(RECORD EXCERPTS begins)

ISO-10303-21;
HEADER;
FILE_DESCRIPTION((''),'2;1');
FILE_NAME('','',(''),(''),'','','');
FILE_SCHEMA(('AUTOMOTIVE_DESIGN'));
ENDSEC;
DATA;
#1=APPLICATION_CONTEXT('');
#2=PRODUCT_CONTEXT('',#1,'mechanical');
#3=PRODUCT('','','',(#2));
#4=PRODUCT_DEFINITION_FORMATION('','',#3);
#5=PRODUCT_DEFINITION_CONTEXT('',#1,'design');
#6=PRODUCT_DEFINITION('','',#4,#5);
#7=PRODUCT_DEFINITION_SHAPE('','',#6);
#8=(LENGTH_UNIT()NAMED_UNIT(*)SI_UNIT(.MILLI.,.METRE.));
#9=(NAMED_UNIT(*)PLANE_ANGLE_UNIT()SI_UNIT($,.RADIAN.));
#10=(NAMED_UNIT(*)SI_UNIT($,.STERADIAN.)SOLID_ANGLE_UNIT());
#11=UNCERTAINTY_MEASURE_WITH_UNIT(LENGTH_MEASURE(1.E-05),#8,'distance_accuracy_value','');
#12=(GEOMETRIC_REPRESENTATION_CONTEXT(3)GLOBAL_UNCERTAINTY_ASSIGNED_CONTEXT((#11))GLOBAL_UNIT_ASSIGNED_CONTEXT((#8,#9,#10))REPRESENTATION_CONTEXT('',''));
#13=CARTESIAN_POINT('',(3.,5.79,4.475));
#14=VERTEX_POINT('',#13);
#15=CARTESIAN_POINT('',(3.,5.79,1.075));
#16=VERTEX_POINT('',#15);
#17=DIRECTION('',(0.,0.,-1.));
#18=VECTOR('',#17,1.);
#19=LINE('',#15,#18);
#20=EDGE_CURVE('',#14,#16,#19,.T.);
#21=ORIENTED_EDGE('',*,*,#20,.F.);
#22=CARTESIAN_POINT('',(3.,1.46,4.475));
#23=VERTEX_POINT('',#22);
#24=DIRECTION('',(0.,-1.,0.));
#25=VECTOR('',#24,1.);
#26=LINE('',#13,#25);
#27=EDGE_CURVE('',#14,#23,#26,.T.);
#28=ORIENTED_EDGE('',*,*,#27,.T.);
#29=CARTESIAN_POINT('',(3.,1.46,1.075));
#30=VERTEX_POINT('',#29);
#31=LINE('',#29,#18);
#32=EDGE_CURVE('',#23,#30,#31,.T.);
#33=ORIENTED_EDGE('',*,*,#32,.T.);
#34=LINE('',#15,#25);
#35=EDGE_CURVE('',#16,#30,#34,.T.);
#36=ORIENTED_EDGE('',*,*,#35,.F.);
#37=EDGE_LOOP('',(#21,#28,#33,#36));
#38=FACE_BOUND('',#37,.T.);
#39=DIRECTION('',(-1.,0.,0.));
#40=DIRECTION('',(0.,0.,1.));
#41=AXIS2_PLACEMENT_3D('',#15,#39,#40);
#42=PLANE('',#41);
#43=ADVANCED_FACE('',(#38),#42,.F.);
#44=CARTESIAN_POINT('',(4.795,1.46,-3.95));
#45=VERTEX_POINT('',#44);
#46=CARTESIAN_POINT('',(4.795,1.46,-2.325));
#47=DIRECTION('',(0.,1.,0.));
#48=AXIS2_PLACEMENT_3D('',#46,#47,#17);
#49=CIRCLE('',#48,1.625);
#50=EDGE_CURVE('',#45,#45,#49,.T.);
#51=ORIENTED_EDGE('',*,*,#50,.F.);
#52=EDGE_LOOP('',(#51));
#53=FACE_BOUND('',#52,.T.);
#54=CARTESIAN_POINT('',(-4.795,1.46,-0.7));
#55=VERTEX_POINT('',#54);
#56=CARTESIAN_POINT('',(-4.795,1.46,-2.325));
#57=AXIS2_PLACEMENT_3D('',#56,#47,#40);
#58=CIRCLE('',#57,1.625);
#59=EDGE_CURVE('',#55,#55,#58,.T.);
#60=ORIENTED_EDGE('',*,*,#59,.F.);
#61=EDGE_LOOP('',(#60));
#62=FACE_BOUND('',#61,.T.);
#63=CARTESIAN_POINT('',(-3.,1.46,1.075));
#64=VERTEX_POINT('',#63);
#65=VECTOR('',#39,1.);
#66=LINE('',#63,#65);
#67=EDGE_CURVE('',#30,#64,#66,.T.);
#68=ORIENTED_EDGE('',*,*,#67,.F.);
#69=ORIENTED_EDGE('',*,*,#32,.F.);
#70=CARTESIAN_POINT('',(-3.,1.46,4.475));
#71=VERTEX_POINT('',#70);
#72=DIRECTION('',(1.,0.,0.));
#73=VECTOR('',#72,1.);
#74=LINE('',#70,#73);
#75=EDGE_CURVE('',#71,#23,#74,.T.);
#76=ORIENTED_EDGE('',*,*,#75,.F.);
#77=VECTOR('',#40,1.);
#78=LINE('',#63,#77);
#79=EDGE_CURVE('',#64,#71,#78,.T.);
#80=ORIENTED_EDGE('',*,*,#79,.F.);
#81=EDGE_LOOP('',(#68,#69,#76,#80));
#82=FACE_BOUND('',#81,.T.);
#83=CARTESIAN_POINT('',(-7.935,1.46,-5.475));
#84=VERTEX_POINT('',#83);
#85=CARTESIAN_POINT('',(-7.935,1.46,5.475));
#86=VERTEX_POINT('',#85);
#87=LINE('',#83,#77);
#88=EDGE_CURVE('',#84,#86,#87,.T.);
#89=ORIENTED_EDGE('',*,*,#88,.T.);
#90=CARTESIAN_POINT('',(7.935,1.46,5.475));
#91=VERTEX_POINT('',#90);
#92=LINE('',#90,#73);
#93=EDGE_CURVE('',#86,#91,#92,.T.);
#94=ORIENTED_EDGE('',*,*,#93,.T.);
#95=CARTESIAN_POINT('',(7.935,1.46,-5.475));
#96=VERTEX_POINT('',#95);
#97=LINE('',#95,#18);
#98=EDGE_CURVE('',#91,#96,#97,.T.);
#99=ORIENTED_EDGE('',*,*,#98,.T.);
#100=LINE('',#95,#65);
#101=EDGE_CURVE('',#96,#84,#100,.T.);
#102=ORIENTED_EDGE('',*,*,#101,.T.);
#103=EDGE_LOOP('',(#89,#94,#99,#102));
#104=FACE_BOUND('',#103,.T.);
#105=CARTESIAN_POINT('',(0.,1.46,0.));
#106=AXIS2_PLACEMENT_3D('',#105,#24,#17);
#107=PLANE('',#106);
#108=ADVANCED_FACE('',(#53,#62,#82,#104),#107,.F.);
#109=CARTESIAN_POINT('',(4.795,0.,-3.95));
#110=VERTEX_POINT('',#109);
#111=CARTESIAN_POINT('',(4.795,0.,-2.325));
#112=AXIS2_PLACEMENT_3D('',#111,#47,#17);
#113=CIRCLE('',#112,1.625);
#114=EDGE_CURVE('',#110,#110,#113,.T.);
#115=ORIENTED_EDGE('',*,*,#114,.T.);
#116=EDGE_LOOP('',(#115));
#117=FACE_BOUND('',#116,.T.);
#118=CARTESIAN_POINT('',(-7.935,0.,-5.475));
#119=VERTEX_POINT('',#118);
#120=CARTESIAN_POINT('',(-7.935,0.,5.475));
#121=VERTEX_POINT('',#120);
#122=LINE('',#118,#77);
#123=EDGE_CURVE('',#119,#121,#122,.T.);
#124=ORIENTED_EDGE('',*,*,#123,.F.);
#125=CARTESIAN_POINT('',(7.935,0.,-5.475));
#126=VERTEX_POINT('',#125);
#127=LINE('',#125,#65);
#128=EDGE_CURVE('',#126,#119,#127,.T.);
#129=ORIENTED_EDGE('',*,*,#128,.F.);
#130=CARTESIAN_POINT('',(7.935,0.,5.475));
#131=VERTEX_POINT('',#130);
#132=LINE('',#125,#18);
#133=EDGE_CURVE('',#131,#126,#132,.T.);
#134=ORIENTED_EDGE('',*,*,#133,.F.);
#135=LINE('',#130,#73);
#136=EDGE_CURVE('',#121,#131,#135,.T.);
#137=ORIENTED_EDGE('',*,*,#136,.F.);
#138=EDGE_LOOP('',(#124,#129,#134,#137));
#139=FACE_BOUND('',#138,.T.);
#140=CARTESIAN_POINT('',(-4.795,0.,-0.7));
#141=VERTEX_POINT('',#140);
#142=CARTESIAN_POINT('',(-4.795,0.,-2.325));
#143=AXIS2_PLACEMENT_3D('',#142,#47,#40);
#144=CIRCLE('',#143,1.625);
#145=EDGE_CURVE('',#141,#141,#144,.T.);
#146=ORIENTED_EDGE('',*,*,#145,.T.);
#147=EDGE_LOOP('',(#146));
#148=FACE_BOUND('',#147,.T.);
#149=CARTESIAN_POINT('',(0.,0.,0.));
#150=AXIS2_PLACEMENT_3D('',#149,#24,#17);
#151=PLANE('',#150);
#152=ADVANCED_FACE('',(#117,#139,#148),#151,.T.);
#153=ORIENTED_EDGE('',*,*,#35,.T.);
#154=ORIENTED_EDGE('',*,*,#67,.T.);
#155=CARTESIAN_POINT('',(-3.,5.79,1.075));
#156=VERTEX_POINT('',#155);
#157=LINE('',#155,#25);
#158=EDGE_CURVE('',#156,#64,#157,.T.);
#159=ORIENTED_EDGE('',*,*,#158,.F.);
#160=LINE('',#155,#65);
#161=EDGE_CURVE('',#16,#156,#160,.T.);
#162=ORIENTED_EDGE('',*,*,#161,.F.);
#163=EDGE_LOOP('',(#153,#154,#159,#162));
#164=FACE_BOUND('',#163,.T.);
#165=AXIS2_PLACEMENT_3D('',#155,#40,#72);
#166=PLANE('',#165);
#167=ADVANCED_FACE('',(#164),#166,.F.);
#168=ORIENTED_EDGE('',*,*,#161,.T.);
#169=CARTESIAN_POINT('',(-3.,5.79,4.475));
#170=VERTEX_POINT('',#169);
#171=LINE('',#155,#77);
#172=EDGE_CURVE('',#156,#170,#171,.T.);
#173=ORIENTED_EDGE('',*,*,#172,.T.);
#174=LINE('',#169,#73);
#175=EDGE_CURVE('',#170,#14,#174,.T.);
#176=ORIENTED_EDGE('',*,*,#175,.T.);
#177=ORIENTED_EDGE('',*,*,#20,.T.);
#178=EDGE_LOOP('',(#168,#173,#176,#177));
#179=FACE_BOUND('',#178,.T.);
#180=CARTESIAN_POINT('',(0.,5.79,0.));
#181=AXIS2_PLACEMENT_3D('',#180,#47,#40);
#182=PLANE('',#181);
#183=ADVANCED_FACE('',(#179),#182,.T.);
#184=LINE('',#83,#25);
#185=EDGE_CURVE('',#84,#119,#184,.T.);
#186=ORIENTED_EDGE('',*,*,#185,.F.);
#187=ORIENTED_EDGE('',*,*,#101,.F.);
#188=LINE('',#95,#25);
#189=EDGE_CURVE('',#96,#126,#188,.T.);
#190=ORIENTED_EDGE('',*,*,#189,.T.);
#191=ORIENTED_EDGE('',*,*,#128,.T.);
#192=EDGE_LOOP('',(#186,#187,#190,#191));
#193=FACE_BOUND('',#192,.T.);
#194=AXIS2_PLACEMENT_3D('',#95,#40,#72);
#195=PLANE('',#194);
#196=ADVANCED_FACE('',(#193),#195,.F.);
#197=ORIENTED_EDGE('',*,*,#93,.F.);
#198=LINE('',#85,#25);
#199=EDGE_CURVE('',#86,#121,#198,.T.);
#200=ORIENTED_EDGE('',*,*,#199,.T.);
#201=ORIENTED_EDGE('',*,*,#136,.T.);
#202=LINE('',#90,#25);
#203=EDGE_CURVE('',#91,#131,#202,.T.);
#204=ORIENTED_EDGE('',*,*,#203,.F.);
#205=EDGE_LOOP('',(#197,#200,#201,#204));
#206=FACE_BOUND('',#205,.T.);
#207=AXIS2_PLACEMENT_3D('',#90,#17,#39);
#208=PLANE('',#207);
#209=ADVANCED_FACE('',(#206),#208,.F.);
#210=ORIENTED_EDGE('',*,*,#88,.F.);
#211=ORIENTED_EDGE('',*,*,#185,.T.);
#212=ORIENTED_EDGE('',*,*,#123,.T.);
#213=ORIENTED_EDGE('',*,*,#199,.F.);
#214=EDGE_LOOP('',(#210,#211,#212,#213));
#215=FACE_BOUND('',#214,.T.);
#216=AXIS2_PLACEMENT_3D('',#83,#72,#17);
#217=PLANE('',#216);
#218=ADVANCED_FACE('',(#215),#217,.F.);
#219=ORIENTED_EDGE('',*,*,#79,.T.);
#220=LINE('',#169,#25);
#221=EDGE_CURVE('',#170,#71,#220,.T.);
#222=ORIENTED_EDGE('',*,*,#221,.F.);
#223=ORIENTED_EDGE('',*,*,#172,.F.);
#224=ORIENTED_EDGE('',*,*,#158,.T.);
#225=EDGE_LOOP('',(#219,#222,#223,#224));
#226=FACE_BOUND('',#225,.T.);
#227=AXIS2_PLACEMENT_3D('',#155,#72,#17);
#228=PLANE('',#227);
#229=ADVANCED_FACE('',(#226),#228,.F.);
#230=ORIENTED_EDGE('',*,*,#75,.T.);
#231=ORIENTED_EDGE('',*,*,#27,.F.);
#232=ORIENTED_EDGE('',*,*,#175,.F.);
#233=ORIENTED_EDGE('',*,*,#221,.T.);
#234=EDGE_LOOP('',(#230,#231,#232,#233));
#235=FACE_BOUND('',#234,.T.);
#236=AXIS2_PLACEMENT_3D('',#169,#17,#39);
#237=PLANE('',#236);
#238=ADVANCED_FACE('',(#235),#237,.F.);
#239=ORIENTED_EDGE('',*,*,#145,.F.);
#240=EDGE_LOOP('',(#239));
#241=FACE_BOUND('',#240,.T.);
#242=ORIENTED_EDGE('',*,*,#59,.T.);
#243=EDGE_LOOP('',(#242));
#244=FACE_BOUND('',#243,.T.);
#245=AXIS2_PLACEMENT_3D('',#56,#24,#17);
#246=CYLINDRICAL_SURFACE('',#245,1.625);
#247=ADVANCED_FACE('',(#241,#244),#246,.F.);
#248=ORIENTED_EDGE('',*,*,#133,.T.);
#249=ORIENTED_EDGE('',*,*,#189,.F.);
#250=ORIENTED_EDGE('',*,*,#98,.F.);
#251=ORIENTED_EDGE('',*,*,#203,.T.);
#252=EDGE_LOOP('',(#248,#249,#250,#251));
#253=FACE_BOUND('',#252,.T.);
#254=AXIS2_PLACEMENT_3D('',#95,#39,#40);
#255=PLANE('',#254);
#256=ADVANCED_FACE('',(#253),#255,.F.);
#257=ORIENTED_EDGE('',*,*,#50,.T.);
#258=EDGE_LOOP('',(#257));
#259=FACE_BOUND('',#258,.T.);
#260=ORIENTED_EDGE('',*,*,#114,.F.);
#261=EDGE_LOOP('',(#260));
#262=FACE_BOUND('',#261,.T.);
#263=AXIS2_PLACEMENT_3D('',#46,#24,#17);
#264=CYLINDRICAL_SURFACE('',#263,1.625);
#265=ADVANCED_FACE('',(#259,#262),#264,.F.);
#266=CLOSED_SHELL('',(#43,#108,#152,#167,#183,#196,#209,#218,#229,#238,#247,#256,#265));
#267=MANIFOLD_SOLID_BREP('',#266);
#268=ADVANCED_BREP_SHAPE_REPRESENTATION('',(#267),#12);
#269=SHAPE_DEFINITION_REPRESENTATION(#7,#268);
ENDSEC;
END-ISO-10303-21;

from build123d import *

# Parameters (mm, degrees)
SKETCH1_W           = 15.87
SKETCH1_H           = 10.95
SKETCH1_R           = 1.625
BOSS_EXTRUDE1_DEPTH = 1.46
SKETCH2_W           = 6
SKETCH2_H           = 3.4
BOSS_EXTRUDE2_DEPTH = 4.33


with BuildPart() as part:
    # Sketch1 → Boss-Extrude1 (new body)
    with BuildSketch(Plane(origin=(0, 0, 0), x_dir=(1, 0, 0), z_dir=(0, 1, 0))):
        Rectangle(SKETCH1_W, SKETCH1_H)
        with Locations(Location((-4.795, 2.325, 0), (0, 0, 270))):
            Circle(SKETCH1_R, mode=Mode.SUBTRACT)
        with Locations(Location((4.795, 2.325, 0), (0, 0, 90))):
            Circle(SKETCH1_R, mode=Mode.SUBTRACT)
    extrude(amount=BOSS_EXTRUDE1_DEPTH)

    # Sketch2 → Boss-Extrude2 (add)
    with BuildSketch(Plane(origin=(0, 1.46, 0), x_dir=(1, 0, 0), z_dir=(0, 1, 0))):
        with Locations((0, -2.775)):
            Rectangle(SKETCH2_W, SKETCH2_H)
    extrude(amount=BOSS_EXTRUDE2_DEPTH)


solid = part.part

(RECORD EXCERPTS ends)

(EXERCISE DIRECTIONS):
Transcribe each line of the data above, unaltered, from the one where "#126=VERTEX_POINT('',#125);" appears to the one where "#162=ORIENTED_EDGE('',*,*,#161,.F.);" appears, inclusive of both.

(PROBLEM SOLUTION):
#126=VERTEX_POINT('',#125);
#127=LINE('',#125,#65);
#128=EDGE_CURVE('',#126,#119,#127,.T.);
#129=ORIENTED_EDGE('',*,*,#128,.F.);
#130=CARTESIAN_POINT('',(7.935,0.,5.475));
#131=VERTEX_POINT('',#130);
#132=LINE('',#125,#18);
#133=EDGE_CURVE('',#131,#126,#132,.T.);
#134=ORIENTED_EDGE('',*,*,#133,.F.);
#135=LINE('',#130,#73);
#136=EDGE_CURVE('',#121,#131,#135,.T.);
#137=ORIENTED_EDGE('',*,*,#136,.F.);
#138=EDGE_LOOP('',(#124,#129,#134,#137));
#139=FACE_BOUND('',#138,.T.);
#140=CARTESIAN_POINT('',(-4.795,0.,-0.7));
#141=VERTEX_POINT('',#140);
#142=CARTESIAN_POINT('',(-4.795,0.,-2.325));
#143=AXIS2_PLACEMENT_3D('',#142,#47,#40);
#144=CIRCLE('',#143,1.625);
#145=EDGE_CURVE('',#141,#141,#144,.T.);
#146=ORIENTED_EDGE('',*,*,#145,.T.);
#147=EDGE_LOOP('',(#146));
#148=FACE_BOUND('',#147,.T.);
#149=CARTESIAN_POINT('',(0.,0.,0.));
#150=AXIS2_PLACEMENT_3D('',#149,#24,#17);
#151=PLANE('',#150);
#152=ADVANCED_FACE('',(#117,#139,#148),#151,.T.);
#153=ORIENTED_EDGE('',*,*,#35,.T.);
#154=ORIENTED_EDGE('',*,*,#67,.T.);
#155=CARTESIAN_POINT('',(-3.,5.79,1.075));
#156=VERTEX_POINT('',#155);
#157=LINE('',#155,#25);
#158=EDGE_CURVE('',#156,#64,#157,.T.);
#159=ORIENTED_EDGE('',*,*,#158,.F.);
#160=LINE('',#155,#65);
#161=EDGE_CURVE('',#16,#156,#160,.T.);
#162=ORIENTED_EDGE('',*,*,#161,.F.);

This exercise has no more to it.